What is required: Beginning with the first line below, please restate each line exactly, down to and including the line containing "# FreeCAD 1.0 macro for this part".

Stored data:
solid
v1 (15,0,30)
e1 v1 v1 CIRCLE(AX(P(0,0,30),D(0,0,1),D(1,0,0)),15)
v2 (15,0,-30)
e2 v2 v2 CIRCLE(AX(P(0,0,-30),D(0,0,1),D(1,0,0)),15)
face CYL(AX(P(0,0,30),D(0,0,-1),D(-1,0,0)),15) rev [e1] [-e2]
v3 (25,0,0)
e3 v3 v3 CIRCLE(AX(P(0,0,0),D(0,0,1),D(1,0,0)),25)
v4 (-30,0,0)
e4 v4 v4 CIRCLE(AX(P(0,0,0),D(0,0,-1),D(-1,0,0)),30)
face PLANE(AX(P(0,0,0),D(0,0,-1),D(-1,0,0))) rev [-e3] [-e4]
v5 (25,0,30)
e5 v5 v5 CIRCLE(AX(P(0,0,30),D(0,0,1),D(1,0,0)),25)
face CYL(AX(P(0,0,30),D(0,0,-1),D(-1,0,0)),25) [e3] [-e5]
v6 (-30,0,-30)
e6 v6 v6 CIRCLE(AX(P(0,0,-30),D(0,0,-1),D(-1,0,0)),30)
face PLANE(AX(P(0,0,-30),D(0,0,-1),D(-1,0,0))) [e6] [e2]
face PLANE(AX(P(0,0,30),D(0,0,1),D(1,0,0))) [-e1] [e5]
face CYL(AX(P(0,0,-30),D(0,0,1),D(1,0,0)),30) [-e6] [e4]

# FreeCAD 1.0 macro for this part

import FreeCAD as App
import Part
import Sketcher

V = App.Vector

doc = App.newDocument("Part")
body = doc.addObject("PartDesign::Body", "Body")

sketch1 = body.newObject("Sketcher::SketchObject", "Sketch")
sketch1.AttachmentSupport = (doc.getObject("XY_Plane"), [""])
sketch1.MapMode = "FlatFace"
sketch1.addGeometry([
    Part.Circle(V(0, 0, 0), V(0, 0, 1), 25),
    Part.Circle(V(0, 0, 0), V(0, 0, 1), 15),
], False)
sketch1.addConstraint([
    Sketcher.Constraint("Coincident", 0, 3, -1, 1),
    Sketcher.Constraint("Coincident", 1, 3, -1, 1),
    Sketcher.Constraint("Diameter", 0, 50.0),
    Sketcher.Constraint("Diameter", 1, 30.0),
])
pad1 = body.newObject("PartDesign::Pad", "Pad")
pad1.Profile = sketch1
pad1.Length = 30

sketch2 = body.newObject("Sketcher::SketchObject", "Sketch001")
sketch2.AttachmentSupport = (doc.getObject("XY_Plane"), [""])
sketch2.MapMode = "FlatFace"
sketch2.addGeometry(Part.Circle(V(0, 0, 0), V(0, 0, 1), 30), False)
sketch2.addConstraint([
    Sketcher.Constraint("Coincident", 0, 3, -1, 1),
    Sketcher.Constraint("Diameter", 0, 60.0),
])
pad2 = body.newObject("PartDesign::Pad", "Pad001")
pad2.Profile = sketch2
pad2.Length = 30
pad2.Reversed = True

sketch3 = body.newObject("Sketcher::SketchObject", "Sketch002")
sketch3.AttachmentSupport = (doc.getObject("XY_Plane"), [""])
sketch3.MapMode = "FlatFace"
sketch3.AttachmentOffset = App.Placement(V(0, 0, -30), App.Rotation())
sketch3.addGeometry(Part.Circle(V(0, 0, 0), V(0, 0, 1), 15), False)
sketch3.addConstraint([
    Sketcher.Constraint("Coincident", 0, 3, -1, 1),
    Sketcher.Constraint("Diameter", 0, 30.0),
])
pocket1 = body.newObject("PartDesign::Pocket", "Pocket")
pocket1.Profile = sketch3
pocket1.Length = 30
pocket1.Reversed = True

doc.recompute()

Output of the task:
solid
v1 (15,0,30)
e1 v1 v1 CIRCLE(AX(P(0,0,30),D(0,0,1),D(1,0,0)),15)
v2 (15,0,-30)
e2 v2 v2 CIRCLE(AX(P(0,0,-30),D(0,0,1),D(1,0,0)),15)
face CYL(AX(P(0,0,30),D(0,0,-1),D(-1,0,0)),15) rev [e1] [-e2]
v3 (25,0,0)
e3 v3 v3 CIRCLE(AX(P(0,0,0),D(0,0,1),D(1,0,0)),25)
v4 (-30,0,0)
e4 v4 v4 CIRCLE(AX(P(0,0,0),D(0,0,-1),D(-1,0,0)),30)
face PLANE(AX(P(0,0,0),D(0,0,-1),D(-1,0,0))) rev [-e3] [-e4]
v5 (25,0,30)
e5 v5 v5 CIRCLE(AX(P(0,0,30),D(0,0,1),D(1,0,0)),25)
face CYL(AX(P(0,0,30),D(0,0,-1),D(-1,0,0)),25) [e3] [-e5]
v6 (-30,0,-30)
e6 v6 v6 CIRCLE(AX(P(0,0,-30),D(0,0,-1),D(-1,0,0)),30)
face PLANE(AX(P(0,0,-30),D(0,0,-1),D(-1,0,0))) [e6] [e2]
face PLANE(AX(P(0,0,30),D(0,0,1),D(1,0,0))) [-e1] [e5]
face CYL(AX(P(0,0,-30),D(0,0,1),D(1,0,0)),30) [-e6] [e4]

# FreeCAD 1.0 macro for this part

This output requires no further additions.